(Exercise input begins)
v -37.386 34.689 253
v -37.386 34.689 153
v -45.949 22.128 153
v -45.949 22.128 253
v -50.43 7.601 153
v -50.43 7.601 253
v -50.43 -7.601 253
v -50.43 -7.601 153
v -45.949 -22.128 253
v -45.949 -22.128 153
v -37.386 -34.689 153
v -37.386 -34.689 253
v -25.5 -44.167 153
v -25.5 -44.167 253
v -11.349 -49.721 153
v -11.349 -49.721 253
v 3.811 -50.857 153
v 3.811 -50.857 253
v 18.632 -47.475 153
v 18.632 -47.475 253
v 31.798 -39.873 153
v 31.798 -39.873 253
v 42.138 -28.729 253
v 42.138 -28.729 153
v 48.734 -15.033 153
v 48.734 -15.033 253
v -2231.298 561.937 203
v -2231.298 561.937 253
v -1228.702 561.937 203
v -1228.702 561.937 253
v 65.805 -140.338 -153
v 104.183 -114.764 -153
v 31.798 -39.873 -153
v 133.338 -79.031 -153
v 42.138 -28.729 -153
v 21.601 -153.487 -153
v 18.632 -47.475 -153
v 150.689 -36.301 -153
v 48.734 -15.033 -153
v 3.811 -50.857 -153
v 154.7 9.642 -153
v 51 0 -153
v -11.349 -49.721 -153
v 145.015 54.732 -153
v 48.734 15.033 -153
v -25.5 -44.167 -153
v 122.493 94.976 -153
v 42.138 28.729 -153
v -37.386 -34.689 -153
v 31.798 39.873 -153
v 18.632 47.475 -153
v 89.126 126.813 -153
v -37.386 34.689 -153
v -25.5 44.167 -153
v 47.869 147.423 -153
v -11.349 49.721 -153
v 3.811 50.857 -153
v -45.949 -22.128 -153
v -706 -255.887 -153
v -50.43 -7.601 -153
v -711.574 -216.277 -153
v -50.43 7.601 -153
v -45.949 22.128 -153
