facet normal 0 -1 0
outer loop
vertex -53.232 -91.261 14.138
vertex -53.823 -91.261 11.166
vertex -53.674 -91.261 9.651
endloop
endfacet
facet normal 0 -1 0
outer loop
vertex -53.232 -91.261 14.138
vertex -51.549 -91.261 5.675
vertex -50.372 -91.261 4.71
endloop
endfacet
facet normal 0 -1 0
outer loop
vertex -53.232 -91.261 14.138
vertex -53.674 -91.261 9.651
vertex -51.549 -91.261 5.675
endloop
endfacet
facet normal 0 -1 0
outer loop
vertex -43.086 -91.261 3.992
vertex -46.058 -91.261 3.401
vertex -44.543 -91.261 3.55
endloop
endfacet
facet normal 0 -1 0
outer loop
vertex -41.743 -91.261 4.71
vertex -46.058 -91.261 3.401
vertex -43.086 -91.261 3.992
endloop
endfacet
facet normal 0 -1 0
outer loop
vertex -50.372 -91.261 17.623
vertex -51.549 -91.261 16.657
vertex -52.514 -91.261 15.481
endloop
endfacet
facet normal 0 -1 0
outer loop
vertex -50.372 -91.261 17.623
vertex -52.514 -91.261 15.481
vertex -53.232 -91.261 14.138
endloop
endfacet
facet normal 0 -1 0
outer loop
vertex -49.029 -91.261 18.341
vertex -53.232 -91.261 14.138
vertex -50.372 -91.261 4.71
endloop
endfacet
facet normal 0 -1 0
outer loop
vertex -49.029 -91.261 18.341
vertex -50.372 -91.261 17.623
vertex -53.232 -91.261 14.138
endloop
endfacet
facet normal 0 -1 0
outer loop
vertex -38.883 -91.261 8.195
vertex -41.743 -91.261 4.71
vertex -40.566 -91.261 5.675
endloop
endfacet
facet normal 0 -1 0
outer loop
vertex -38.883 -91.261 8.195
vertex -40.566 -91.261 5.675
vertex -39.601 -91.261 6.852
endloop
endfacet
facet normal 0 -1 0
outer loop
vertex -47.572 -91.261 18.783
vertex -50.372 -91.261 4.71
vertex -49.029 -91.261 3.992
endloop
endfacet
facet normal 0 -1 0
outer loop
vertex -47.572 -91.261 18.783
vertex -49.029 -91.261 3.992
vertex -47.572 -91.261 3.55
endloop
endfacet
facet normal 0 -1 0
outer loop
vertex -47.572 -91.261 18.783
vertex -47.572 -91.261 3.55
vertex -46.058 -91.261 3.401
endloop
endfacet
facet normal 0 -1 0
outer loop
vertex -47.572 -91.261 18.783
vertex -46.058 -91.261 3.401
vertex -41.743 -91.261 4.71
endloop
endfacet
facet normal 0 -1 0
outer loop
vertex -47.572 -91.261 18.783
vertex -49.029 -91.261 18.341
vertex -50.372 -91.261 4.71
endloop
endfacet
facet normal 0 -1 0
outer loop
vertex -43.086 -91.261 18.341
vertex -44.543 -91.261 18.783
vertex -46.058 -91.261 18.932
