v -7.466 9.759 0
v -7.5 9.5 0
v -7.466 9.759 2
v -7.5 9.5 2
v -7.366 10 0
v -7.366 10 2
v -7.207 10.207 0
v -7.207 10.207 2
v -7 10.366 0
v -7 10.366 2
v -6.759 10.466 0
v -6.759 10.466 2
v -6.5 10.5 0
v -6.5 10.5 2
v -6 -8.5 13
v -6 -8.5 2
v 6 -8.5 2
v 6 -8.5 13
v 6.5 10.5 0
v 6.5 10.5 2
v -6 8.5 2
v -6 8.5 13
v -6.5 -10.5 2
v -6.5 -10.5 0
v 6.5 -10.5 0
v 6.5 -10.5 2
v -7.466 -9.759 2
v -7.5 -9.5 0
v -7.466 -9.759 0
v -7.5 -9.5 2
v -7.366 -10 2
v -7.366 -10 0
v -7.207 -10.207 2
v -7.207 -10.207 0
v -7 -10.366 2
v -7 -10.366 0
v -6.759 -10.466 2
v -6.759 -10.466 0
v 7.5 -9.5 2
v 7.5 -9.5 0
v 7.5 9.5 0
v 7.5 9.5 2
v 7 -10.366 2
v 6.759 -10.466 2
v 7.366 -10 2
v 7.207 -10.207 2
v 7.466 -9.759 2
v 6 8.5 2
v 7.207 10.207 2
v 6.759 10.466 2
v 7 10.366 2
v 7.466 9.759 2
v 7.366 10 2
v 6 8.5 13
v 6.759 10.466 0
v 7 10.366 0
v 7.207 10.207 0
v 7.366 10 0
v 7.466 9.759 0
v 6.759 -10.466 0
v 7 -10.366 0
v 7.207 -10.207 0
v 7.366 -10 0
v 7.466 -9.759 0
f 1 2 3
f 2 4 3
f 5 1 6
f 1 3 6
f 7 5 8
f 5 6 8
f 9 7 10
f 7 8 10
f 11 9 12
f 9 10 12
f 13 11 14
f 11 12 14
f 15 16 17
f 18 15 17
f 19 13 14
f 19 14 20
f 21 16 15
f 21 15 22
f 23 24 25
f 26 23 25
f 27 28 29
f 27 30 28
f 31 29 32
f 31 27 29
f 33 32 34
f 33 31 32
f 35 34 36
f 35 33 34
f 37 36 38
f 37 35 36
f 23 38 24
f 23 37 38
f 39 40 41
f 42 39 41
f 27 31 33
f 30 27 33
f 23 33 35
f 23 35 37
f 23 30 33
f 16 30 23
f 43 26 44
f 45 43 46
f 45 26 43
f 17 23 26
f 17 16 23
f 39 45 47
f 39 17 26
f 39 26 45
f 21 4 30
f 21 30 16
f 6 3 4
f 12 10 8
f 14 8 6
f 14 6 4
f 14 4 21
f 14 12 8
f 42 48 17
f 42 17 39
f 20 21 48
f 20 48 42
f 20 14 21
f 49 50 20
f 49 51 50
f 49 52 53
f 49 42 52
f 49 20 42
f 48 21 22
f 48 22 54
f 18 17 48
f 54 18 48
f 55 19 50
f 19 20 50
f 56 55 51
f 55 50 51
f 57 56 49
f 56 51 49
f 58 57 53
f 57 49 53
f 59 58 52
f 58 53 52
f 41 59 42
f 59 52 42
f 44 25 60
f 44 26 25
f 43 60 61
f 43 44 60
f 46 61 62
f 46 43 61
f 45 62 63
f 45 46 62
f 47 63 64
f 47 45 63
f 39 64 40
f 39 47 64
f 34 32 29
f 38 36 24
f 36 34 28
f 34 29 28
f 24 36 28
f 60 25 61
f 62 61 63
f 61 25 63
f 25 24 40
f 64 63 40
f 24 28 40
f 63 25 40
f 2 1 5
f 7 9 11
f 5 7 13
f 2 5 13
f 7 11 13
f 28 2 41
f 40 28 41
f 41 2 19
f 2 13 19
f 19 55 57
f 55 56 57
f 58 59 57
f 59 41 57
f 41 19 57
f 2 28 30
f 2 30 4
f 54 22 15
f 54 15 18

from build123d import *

# Parameters (mm, degrees)
SKETCH1_W           = 12
SKETCH1_H           = 17
BOSS_EXTRUDE1_DEPTH = 13
SKETCH2_W           = 15
SKETCH2_H           = 21
BOSS_EXTRUDE2_DEPTH = 2
FILLET1_R           = 1


with BuildPart() as part:
    # Sketch1 → Boss-Extrude1 (new body)
    with BuildSketch(Plane.XY):
        Rectangle(SKETCH1_W, SKETCH1_H)
    extrude(amount=BOSS_EXTRUDE1_DEPTH)

    # Sketch2 → Boss-Extrude2 (add)
    with BuildSketch(Plane.XY):
        Rectangle(SKETCH2_W, SKETCH2_H)
    extrude(amount=BOSS_EXTRUDE2_DEPTH)

    # Fillet1
    fillet1_edges = [part.edges().sort_by_distance(p)[0] for p in [
        (-7.5, 10.5, 1),
        (-7.5, -10.5, 1),
        (7.5, -10.5, 1),
        (7.5, 10.5, 1),
    ]]
    fillet(fillet1_edges, radius=FILLET1_R)


solid = part.part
(Exercise input ends)
Retype every line up to and including the one that contains "v 48.734 -15.033 253", beginning at the first line of the records, with no edits.

### Task answer
v -37.386 34.689 253
v -37.386 34.689 153
v -45.949 22.128 153
v -45.949 22.128 253
v -50.43 7.601 153
v -50.43 7.601 253
v -50.43 -7.601 253
v -50.43 -7.601 153
v -45.949 -22.128 253
v -45.949 -22.128 153
v -37.386 -34.689 153
v -37.386 -34.689 253
v -25.5 -44.167 153
v -25.5 -44.167 253
v -11.349 -49.721 153
v -11.349 -49.721 253
v 3.811 -50.857 153
v 3.811 -50.857 253
v 18.632 -47.475 153
v 18.632 -47.475 253
v 31.798 -39.873 153
v 31.798 -39.873 253
v 42.138 -28.729 253
v 42.138 -28.729 153
v 48.734 -15.033 153
v 48.734 -15.033 253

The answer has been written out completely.